If the Reflective QoS Indication is received during IKEv2 signalling for IPsec tunnel establishment with ePDG and DSMIPv6 is used as selected mobility protocol (see subclause 6.3.3 of 3GPP TS 24.302 [3]):

– the UE need not provide an explicit indication during DSMIPv6 bootstrapping with PDN-GW/HA; and

– the UE shall ignore the Reflective QoS Indication if it is received during DSMIPv6 bootstrapping with PDN-GW/HA.

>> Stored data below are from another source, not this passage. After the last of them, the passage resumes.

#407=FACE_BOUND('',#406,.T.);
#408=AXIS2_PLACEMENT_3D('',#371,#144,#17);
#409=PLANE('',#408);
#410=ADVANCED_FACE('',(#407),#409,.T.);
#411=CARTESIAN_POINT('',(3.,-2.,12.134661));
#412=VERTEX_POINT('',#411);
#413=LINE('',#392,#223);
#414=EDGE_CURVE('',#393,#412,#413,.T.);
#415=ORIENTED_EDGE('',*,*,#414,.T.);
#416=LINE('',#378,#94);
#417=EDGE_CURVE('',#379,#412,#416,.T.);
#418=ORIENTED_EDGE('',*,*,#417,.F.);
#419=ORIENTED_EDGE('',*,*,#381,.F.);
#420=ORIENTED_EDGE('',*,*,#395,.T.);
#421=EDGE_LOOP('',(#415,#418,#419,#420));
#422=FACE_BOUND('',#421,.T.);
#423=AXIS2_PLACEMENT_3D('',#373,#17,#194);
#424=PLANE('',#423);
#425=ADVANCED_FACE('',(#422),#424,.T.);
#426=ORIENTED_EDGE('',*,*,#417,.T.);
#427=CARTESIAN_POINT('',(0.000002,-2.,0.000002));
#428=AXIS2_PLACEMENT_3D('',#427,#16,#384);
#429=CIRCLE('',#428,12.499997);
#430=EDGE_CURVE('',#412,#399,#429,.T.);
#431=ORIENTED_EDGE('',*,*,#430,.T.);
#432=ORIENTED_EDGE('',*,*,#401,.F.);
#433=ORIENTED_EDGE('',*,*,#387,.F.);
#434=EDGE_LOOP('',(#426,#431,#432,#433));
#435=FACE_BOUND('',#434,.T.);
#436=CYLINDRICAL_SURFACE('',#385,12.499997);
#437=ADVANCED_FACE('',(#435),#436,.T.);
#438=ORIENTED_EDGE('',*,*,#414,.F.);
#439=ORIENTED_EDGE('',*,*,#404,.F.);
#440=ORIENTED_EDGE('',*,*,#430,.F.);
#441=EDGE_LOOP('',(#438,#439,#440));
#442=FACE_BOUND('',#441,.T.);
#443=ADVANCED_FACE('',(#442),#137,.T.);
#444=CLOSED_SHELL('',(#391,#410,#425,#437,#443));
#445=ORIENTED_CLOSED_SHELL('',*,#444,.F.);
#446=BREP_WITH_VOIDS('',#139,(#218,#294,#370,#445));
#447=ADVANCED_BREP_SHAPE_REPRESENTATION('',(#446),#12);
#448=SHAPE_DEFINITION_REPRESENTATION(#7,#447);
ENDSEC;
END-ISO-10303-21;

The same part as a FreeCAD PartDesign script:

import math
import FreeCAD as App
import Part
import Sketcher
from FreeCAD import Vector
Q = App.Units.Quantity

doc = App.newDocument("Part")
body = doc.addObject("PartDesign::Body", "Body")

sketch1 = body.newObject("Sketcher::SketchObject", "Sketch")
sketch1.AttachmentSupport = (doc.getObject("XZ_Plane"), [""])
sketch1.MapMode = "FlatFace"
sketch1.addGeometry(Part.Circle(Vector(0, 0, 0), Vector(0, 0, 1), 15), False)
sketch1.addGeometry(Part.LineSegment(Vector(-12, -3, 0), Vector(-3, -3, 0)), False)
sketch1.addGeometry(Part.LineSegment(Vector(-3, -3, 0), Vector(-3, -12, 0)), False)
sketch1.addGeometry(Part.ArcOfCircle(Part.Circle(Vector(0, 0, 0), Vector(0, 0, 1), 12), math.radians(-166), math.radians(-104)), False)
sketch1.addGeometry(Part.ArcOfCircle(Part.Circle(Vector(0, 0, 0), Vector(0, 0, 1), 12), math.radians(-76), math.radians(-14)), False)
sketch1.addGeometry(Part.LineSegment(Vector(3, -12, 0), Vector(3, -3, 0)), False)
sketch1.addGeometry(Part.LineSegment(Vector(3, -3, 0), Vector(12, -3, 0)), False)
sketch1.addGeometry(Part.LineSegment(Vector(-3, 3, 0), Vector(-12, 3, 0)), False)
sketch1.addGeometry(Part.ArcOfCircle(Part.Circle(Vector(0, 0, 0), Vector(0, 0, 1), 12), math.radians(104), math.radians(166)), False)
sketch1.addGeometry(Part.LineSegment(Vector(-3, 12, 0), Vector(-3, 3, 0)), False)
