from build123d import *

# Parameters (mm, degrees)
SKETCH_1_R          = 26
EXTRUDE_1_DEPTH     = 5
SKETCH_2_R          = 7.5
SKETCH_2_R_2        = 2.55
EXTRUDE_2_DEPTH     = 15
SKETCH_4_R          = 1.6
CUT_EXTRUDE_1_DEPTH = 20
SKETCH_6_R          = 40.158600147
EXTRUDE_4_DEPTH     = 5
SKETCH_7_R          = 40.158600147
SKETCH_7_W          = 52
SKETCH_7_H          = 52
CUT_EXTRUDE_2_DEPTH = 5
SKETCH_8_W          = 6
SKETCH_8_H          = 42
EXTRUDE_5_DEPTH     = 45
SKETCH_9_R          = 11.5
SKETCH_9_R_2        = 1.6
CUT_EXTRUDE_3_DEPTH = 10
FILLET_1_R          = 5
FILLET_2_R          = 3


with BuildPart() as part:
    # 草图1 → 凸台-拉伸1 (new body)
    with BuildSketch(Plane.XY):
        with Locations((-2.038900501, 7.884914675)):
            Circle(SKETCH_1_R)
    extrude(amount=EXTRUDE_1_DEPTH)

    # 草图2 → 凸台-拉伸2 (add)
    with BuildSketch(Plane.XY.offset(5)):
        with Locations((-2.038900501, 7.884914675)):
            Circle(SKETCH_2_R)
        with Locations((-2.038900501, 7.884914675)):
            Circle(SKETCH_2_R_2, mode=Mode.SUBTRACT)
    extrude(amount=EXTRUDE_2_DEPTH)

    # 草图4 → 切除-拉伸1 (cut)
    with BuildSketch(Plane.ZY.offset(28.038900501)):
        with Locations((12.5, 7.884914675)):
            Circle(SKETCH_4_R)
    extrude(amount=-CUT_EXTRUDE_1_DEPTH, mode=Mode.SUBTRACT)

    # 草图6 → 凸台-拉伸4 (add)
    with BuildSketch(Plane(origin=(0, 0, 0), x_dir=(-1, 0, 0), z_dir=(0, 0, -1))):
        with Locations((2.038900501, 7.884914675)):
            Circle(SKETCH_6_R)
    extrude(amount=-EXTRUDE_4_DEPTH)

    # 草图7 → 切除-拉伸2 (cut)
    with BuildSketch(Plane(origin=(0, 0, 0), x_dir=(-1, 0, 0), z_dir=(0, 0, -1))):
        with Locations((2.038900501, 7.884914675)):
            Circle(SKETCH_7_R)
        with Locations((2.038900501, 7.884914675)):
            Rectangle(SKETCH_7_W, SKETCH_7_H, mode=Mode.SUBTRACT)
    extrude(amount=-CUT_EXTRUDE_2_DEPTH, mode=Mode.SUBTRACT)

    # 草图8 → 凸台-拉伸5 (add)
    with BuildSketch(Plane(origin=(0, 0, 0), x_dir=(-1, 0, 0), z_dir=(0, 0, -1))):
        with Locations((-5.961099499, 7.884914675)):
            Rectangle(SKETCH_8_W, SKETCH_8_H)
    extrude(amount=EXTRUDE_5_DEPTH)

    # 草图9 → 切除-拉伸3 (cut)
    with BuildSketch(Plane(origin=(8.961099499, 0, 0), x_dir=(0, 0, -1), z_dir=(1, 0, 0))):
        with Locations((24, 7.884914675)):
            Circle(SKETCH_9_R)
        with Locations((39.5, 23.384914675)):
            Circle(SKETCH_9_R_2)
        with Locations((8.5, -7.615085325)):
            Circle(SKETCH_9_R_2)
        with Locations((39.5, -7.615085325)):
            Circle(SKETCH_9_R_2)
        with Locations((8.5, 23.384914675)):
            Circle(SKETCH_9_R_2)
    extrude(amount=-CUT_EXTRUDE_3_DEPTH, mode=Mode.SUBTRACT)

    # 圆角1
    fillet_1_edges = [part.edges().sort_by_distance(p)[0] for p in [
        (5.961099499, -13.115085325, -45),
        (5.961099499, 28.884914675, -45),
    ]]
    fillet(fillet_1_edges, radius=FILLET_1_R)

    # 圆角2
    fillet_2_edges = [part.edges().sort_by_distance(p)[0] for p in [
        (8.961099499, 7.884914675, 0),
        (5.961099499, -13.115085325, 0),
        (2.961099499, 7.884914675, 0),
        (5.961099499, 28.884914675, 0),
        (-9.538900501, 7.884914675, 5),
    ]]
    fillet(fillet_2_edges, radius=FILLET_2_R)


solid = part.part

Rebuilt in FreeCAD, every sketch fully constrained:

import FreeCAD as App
import Part
import Sketcher
from FreeCAD import Vector
Q = App.Units.Quantity


def edges_at(feature, points):
    """Names of the edges that pass closest to the given points."""
    edges = feature.Shape.Edges
    near = lambda p: min(range(len(edges)), key=lambda i: edges[i].distToShape(Part.Vertex(*p))[0])
    return sorted({f"Edge{near(p) + 1}" for p in points})

doc = App.newDocument("Part")
body = doc.addObject("PartDesign::Body", "Body")

# Sketch on XY plane
sketch1 = body.newObject("Sketcher::SketchObject", "Sketch")
sketch1.AttachmentSupport = (doc.getObject("XY_Plane"), [""])
sketch1.MapMode = "FlatFace"
sketch1.addGeometry(Part.Circle(Vector(-2, 8, 0), Vector(0, 0, 1), 26), False)
sketch1.addConstraint([
    Sketcher.Constraint("Diameter", 0, Q("52 mm")),
    Sketcher.Constraint("DistanceX", 0, 3, -1, 1, Q("2.038901 mm")),
    Sketcher.Constraint("DistanceY", -1, 1, 0, 3, Q("7.884915 mm")),
])
pad1 = body.newObject("PartDesign::Pad", "Pad")
pad1.Profile = sketch1
pad1.Length = 5

# Sketch on XY plane
sketch2 = body.newObject("Sketcher::SketchObject", "Sketch001")
sketch2.AttachmentSupport = (doc.getObject("XY_Plane"), [""])
sketch2.MapMode = "FlatFace"
sketch2.AttachmentOffset = App.Placement(Vector(0, 0, 5), App.Rotation())
sketch2.addGeometry([
    Part.Circle(Vector(-2, 7.9, 0), Vector(0, 0, 1), 7.5),
    Part.Circle(Vector(-2, 7.9, 0), Vector(0, 0, 1), 2.5),
], False)
sketch2.addConstraint([
    Sketcher.Constraint("Coincident", 1, 3, 0, 3),
    Sketcher.Constraint("Diameter", 0, Q("15 mm")),
    Sketcher.Constraint("Diameter", 1, Q("5.1 mm")),
    Sketcher.Constraint("DistanceX", 0, 3, -1, 1, Q("2.038901 mm")),
    Sketcher.Constraint("DistanceY", -1, 1, 0, 3, Q("7.884915 mm")),
])
pad2 = body.newObject("PartDesign::Pad", "Pad001")
pad2.Profile = sketch2
pad2.Length = 15

# Sketch on YZ plane
sketch3 = body.newObject("Sketcher::SketchObject", "Sketch002")
sketch3.AttachmentSupport = (doc.getObject("YZ_Plane"), [""])
sketch3.MapMode = "FlatFace"
sketch3.AttachmentOffset = App.Placement(Vector(0, 0, -28.038901), App.Rotation())
sketch3.addGeometry(Part.Circle(Vector(7.9, 12.5, 0), Vector(0, 0, 1), 1.6), False)
sketch3.addConstraint([
    Sketcher.Constraint("Diameter", 0, Q("3.2 mm")),
    Sketcher.Constraint("DistanceY", -1, 1, 0, 3, Q("12.5 mm")),
    Sketcher.Constraint("DistanceX", -1, 1, 0, 3, Q("7.884915 mm")),
])
pocket1 = body.newObject("PartDesign::Pocket", "Pocket")
pocket1.Profile = sketch3
pocket1.Length = 20
pocket1.Reversed = True

# Sketch on XY plane
sketch4 = body.newObject("Sketcher::SketchObject", "Sketch003")
sketch4.AttachmentSupport = (doc.getObject("XY_Plane"), [""])
sketch4.MapMode = "FlatFace"
sketch4.addGeometry(Part.Circle(Vector(-2, 8, 0), Vector(0, 0, 1), 40), False)
sketch4.addConstraint([
    Sketcher.Constraint("Diameter", 0, Q("80.3172 mm")),
    Sketcher.Constraint("DistanceX", 0, 3, -1, 1, Q("2.038901 mm")),
    Sketcher.Constraint("DistanceY", -1, 1, 0, 3, Q("7.884915 mm")),
])
pad3 = body.newObject("PartDesign::Pad", "Pad002")
pad3.Profile = sketch4
pad3.Length = 5

# Sketch on XY plane
sketch5 = body.newObject("Sketcher::SketchObject", "Sketch004")
sketch5.AttachmentSupport = (doc.getObject("XY_Plane"), [""])
sketch5.MapMode = "FlatFace"
sketch5.addGeometry([
    Part.Circle(Vector(-2, 8, 0), Vector(0, 0, 1), 40),  # 0
    Part.LineSegment(Vector(-28, -18, 0), Vector(24, -18, 0)),  # 1
    Part.LineSegment(Vector(24, -18, 0), Vector(24, 34, 0)),  # 2
    Part.LineSegment(Vector(24, 34, 0), Vector(-28, 34, 0)),  # 3
    Part.LineSegment(Vector(-28, 34, 0), Vector(-28, -18, 0)),  # 4
], False)
sketch5.addConstraint([
    Sketcher.Constraint("Coincident", 1, 2, 2, 1),
    Sketcher.Constraint("Coincident", 2, 2, 3, 1),
    Sketcher.Constraint("Coincident", 3, 2, 4, 1),
    Sketcher.Constraint("Coincident", 4, 2, 1, 1),
    Sketcher.Constraint("Horizontal", 1),
    Sketcher.Constraint("Vertical", 2),
    Sketcher.Constraint("Horizontal", 3),
    Sketcher.Constraint("Vertical", 4),
    Sketcher.Constraint("Equal", 3, 2),
    Sketcher.Constraint("DistanceX", 1, 1, 1, 2, Q("52 mm")),
    Sketcher.Constraint("DistanceX", 0, 3, 1, 2, Q("26 mm")),
    Sketcher.Constraint("DistanceY", 1, 2, 0, 3, Q("26 mm")),
    Sketcher.Constraint("Diameter", 0, Q("80.3172 mm")),
    Sketcher.Constraint("DistanceX", 0, 3, -1, 1, Q("2.038901 mm")),
    Sketcher.Constraint("DistanceY", -1, 1, 0, 3, Q("7.884915 mm")),
])
pocket2 = body.newObject("PartDesign::Pocket", "Pocket001")
pocket2.Profile = sketch5
pocket2.Length = 5
pocket2.Reversed = True

# Sketch on XY plane
sketch6 = body.newObject("Sketcher::SketchObject", "Sketch005")
sketch6.AttachmentSupport = (doc.getObject("XY_Plane"), [""])
sketch6.MapMode = "FlatFace"
sketch6.addGeometry([
    Part.LineSegment(Vector(9, 29, 0), Vector(9, -13, 0)),
    Part.LineSegment(Vector(9, -13, 0), Vector(3, -13, 0)),
    Part.LineSegment(Vector(3, -13, 0), Vector(3, 29, 0)),
    Part.LineSegment(Vector(3, 29, 0), Vector(9, 29, 0)),
], False)
sketch6.addConstraint([
    Sketcher.Constraint("Coincident", 0, 2, 1, 1),
    Sketcher.Constraint("Coincident", 1, 2, 2, 1),
    Sketcher.Constraint("Coincident", 2, 2, 3, 1),
    Sketcher.Constraint("Coincident", 3, 2, 0, 1),
    Sketcher.Constraint("Vertical", 0),
    Sketcher.Constraint("Horizontal", 1),
    Sketcher.Constraint("Vertical", 2),
    Sketcher.Constraint("Horizontal", 3),
    Sketcher.Constraint("DistanceX", 1, 2, 1, 1, Q("6 mm")),
    Sketcher.Constraint("DistanceY", 0, 2, 0, 1, Q("42 mm")),
    Sketcher.Constraint("DistanceX", -1, 1, 0, 2, Q("8.961099 mm")),
    Sketcher.Constraint("DistanceY", 0, 2, -1, 1, Q("13.115085 mm")),
])
pad4 = body.newObject("PartDesign::Pad", "Pad003")
pad4.Profile = sketch6
pad4.Length = 45
pad4.Reversed = True

# Sketch on YZ plane
sketch7 = body.newObject("Sketcher::SketchObject", "Sketch006")
sketch7.AttachmentSupport = (doc.getObject("YZ_Plane"), [""])
sketch7.MapMode = "FlatFace"
sketch7.AttachmentOffset = App.Placement(Vector(0, 0, 8.961099), App.Rotation())
sketch7.addGeometry([
    Part.Circle(Vector(7.9, -24, 0), Vector(0, 0, 1), 11.5),  # 0
    Part.Circle(Vector(23.4, -39.5, 0), Vector(0, 0, 1), 1.6),  # 1
    Part.Circle(Vector(-7.6, -8.5, 0), Vector(0, 0, 1), 1.6),  # 2
    Part.Circle(Vector(-7.6, -39.5, 0), Vector(0, 0, 1), 1.6),  # 3
    Part.Circle(Vector(23.4, -8.5, 0), Vector(0, 0, 1), 1.6),  # 4
], False)
sketch7.addConstraint([
    Sketcher.Constraint("Equal", 1, 2),
    Sketcher.Constraint("Equal", 2, 3),
    Sketcher.Constraint("Equal", 3, 4),
    Sketcher.Constraint("Horizontal", 1, 3, 3, 3),
    Sketcher.Constraint("Horizontal", 2, 3, 4, 3),
    Sketcher.Constraint("Vertical", 2, 3, 3, 3),
    Sketcher.Constraint("Vertical", 1, 3, 4, 3),
    Sketcher.Constraint("Diameter", 0, Q("23 mm")),
    Sketcher.Constraint("Diameter", 1, Q("3.2 mm")),
    Sketcher.Constraint("DistanceY", 0, 3, -1, 1, Q("24 mm")),
    Sketcher.Constraint("DistanceX", 2, 3, 1, 3, Q("31 mm")),
    Sketcher.Constraint("DistanceY", 1, 3, 2, 3, Q("31 mm")),
    Sketcher.Constraint("DistanceY", 1, 3, -1, 1, Q("39.5 mm")),
    Sketcher.Constraint("DistanceX", 0, 3, 1, 3, Q("15.5 mm")),
    Sketcher.Constraint("DistanceX", -1, 1, 0, 3, Q("7.884915 mm")),
])
pocket3 = body.newObject("PartDesign::Pocket", "Pocket002")
pocket3.Profile = sketch7
pocket3.Length = 10
doc.recompute()

fillet = body.newObject("PartDesign::Fillet", "Fillet")
fillet.Base = (pocket3, edges_at(pocket3, [(5.961, -13.115, -45), (5.961, 28.885, -45)]))
fillet.Radius = 5
doc.recompute()

fillet2 = body.newObject("PartDesign::Fillet", "Fillet001")
fillet2.Base = (fillet, edges_at(fillet, [
    (8.961, 7.885, 0),
    (5.961, -13.115, 0),
    (2.961, 7.885, 0),
    (5.961, 28.885, 0),
    (-9.539, 7.885, 5),
]))
fillet2.Radius = 3

doc.recompute()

For DSMIPv6 over a fixed broadband access network, if the Reflective QoS Indication is received during DSMIPv6 bootstrapping with PDN-GW/HA which indicates that the UE reflective QoS function is enabled, the UE shall:

– perform the UE reflective QoS function for all DSMIPv6 traffic for the attached PDN-GW/HA that enabled the UE reflective QoS function; and

– disable the UE reflective QoS function, when:

a) the PDN connection with the attached PDN-GW/HA is released or handover to another access;

b) the UE/network initiated detachment from the attached fixed broadband access network; or

c) the UE moves away from the attached fixed broadband access network coverage;

The UE shall not enable the UE reflective QoS function, if:

– the received Reflective QoS Indication indicates that the UE reflective QoS function is disabled; or

– the Reflective QoS Indication is not received from the 3GPP AAA.

If the UE reflective QoS function is not enabled, the DSCP marking value of the outer IP header performed by the UE is implementation specific.

5.4.3 Network procedure

5.4.3.1 RQSI from 3GPP AAA server to UE

A 3GPP AAA server supporting RQSI, shall include the AT_RESULT_IND attribute within the EAP-Request/AKA-Challenge and corresponding EAP-AKA’ message payload.

If the UE provided an explicit indication as described in subclause 5.4.2.1, the 3GPP AAA server shall inform the UE of its decision of the UE reflective QoS function by invoking an EAP-Request/AKA-Notification dialogue when EAP-AKA is used or an EAP-Request’/AKA-Notification’ dialogue when EAP-AKA’ is used. The UE reflective QoS function decision is sent to the UE by using the AT_ RQSI_RES attribute.

The UE reflective QoS function decision is made by the 3GPP AAA server based on the capabilities of the UE, the type of access, the access identity and local policies.

The detailed coding of this attribute is described in subclause 8.1.1.